*** Opening of Given records ***
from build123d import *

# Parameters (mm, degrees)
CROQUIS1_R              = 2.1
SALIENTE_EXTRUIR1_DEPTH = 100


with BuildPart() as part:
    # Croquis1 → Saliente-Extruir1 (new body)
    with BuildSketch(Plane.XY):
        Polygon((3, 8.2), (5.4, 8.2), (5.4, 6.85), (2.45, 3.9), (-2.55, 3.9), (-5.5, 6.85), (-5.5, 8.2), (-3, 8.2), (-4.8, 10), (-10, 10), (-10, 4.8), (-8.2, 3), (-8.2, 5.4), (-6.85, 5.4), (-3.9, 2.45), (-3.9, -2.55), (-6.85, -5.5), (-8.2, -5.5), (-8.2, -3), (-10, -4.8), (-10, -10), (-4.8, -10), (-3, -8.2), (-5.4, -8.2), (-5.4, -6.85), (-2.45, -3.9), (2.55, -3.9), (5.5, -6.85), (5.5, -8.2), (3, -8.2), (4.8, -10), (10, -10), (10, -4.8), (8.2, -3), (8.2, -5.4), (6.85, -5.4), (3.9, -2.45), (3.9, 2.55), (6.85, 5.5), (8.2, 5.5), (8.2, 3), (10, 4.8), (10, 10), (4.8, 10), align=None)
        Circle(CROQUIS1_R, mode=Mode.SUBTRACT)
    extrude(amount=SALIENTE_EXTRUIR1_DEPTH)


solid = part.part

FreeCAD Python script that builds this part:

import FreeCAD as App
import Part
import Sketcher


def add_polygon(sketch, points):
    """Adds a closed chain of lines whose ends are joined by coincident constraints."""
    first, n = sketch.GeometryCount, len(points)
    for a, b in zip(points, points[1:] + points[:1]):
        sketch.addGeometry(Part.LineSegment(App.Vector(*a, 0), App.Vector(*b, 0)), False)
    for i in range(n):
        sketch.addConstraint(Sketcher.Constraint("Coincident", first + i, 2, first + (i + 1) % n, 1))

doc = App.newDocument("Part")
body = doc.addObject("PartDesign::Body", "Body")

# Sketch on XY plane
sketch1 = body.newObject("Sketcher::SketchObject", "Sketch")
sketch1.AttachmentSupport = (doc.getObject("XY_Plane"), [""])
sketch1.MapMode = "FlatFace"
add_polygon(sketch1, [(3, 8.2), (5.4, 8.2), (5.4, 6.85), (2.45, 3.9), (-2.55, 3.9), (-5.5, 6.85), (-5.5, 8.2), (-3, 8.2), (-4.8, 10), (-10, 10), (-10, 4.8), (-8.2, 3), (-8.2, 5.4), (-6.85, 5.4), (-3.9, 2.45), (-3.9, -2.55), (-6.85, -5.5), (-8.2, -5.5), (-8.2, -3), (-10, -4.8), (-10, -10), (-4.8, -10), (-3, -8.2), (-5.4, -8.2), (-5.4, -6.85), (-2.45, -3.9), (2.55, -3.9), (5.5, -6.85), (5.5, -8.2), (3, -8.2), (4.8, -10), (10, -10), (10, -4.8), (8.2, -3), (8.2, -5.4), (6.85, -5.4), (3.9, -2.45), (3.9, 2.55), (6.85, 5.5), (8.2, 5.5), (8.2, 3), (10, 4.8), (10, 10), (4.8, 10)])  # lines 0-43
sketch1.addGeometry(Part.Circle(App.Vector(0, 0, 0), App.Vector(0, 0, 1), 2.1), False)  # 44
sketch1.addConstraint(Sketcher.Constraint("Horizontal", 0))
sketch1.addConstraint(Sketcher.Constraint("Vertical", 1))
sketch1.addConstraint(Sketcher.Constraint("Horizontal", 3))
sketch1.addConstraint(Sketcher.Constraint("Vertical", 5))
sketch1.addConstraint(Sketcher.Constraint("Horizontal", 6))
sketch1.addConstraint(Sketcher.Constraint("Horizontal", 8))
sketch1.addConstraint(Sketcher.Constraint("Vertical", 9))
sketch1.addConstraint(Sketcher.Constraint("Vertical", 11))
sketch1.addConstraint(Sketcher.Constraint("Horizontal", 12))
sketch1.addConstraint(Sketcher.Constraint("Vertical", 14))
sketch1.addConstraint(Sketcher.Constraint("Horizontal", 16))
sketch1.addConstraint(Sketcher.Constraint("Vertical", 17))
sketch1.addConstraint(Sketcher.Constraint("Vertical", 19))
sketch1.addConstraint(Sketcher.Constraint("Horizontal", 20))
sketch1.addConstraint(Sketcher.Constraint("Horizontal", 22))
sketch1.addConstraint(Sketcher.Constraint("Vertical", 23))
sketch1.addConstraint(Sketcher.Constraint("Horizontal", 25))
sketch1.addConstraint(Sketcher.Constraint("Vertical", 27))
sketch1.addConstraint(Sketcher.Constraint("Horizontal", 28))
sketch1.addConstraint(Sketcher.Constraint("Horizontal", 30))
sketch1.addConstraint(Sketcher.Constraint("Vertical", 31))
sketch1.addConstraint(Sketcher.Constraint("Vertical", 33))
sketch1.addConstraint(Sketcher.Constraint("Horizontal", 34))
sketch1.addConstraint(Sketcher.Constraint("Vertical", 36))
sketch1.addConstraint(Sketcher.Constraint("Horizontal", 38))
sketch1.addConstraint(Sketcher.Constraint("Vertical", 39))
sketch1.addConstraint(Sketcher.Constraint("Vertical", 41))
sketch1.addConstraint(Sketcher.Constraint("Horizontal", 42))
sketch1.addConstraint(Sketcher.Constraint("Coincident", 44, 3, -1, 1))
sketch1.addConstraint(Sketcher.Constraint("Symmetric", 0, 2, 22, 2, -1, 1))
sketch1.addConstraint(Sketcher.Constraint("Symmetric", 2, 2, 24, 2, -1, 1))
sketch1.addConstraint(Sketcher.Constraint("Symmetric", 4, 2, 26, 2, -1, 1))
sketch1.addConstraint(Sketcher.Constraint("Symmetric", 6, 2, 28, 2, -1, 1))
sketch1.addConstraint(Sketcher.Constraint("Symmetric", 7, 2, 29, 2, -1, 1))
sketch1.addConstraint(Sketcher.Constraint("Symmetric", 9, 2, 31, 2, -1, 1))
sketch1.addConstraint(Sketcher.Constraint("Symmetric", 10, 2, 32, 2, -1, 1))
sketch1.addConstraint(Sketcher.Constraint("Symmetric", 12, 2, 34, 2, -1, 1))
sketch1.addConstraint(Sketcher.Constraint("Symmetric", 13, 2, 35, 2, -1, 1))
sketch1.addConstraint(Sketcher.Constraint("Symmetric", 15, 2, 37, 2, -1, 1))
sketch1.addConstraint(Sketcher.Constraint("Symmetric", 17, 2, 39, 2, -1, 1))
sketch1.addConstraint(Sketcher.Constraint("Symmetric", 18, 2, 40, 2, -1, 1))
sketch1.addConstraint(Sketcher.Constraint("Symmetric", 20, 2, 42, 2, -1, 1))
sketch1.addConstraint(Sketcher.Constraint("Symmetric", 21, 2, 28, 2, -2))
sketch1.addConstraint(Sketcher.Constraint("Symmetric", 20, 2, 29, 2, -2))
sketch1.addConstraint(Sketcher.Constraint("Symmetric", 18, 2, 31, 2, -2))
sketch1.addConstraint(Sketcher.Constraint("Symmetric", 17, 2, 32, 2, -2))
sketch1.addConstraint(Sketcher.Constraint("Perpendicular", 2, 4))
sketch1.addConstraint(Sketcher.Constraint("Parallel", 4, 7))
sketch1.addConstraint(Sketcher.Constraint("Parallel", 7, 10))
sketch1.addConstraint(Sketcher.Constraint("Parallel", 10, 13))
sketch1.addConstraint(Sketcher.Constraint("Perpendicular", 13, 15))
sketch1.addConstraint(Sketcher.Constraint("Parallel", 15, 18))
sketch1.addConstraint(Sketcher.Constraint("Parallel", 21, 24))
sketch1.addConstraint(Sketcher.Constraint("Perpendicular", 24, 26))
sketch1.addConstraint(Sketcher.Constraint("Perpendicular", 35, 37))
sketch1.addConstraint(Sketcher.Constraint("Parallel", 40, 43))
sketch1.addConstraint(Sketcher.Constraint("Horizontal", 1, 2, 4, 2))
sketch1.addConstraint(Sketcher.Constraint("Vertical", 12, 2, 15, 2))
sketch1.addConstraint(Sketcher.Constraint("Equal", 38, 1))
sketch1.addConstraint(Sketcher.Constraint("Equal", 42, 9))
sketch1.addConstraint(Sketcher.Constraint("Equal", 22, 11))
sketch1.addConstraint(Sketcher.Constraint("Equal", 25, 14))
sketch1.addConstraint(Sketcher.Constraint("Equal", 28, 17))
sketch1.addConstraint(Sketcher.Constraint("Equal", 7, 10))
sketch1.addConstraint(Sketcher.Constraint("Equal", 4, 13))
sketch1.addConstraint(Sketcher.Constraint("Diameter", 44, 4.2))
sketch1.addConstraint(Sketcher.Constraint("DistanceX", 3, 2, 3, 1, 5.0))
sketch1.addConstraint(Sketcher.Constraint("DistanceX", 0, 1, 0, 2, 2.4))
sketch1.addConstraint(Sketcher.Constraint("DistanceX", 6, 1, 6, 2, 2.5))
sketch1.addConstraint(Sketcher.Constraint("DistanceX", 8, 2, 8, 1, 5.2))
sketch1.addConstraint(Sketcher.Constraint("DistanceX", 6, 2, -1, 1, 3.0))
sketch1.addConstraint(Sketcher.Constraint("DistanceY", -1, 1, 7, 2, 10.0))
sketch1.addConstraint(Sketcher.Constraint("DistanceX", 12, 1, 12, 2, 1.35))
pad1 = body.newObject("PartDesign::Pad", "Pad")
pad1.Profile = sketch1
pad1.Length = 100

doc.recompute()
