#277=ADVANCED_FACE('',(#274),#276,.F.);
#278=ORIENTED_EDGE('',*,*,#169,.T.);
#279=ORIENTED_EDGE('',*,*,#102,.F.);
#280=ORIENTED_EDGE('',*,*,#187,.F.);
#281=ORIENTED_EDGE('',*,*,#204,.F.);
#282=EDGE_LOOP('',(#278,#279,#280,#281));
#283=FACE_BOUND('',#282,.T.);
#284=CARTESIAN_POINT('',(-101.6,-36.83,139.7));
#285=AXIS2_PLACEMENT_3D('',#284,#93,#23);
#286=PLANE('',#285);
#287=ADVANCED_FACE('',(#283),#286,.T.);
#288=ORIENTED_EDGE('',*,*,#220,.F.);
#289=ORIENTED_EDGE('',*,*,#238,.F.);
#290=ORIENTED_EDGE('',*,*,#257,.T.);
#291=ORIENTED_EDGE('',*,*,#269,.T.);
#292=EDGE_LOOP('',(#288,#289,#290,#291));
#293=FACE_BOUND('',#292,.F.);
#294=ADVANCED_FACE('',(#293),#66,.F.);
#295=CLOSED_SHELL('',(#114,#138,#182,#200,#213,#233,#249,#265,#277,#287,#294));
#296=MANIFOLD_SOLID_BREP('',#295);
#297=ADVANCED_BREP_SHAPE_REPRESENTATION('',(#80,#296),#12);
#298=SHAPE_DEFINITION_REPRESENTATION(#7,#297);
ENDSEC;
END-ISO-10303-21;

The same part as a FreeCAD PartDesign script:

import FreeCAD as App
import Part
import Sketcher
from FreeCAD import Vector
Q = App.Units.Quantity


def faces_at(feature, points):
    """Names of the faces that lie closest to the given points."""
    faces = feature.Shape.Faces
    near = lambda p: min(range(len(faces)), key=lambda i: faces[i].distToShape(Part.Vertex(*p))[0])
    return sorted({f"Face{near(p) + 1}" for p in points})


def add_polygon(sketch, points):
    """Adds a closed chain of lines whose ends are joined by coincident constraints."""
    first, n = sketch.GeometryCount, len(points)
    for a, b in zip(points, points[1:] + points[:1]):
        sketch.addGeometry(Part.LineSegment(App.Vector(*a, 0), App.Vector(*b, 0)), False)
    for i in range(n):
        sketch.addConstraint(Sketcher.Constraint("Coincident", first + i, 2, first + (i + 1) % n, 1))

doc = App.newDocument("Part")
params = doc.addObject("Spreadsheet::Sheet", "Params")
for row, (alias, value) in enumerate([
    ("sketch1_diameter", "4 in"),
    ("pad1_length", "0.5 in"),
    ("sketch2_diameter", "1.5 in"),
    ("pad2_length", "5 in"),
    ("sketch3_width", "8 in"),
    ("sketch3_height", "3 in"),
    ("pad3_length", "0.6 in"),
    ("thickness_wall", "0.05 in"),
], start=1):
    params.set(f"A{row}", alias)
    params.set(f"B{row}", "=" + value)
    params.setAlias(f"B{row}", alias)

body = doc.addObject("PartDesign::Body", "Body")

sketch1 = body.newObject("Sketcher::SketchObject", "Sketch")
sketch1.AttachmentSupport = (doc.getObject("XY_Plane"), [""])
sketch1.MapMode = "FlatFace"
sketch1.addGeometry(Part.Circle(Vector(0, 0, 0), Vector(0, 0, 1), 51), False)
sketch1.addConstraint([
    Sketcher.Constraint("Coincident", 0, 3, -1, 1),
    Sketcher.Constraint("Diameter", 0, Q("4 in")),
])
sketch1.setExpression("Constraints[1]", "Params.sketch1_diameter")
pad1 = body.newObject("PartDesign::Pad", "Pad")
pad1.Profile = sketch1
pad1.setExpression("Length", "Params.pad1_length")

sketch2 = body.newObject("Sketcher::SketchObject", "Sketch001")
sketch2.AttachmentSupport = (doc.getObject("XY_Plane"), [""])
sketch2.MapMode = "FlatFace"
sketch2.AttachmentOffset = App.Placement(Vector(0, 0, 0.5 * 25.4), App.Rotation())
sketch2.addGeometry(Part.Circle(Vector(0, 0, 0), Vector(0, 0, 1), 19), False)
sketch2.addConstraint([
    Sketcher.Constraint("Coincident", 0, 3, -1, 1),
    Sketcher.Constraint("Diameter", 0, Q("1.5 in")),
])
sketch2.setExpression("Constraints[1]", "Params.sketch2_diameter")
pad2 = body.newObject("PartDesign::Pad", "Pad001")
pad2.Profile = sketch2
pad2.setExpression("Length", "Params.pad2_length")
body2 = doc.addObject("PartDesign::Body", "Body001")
*** Close of Given records ***
What the task asks ▸ Lines above that contain the string "near" make up the answer.

Exercise answer ▸
    near = lambda p: min(range(len(faces)), key=lambda i: faces[i].distToShape(Part.Vertex(*p))[0])
    return sorted({f"Face{near(p) + 1}" for p in points})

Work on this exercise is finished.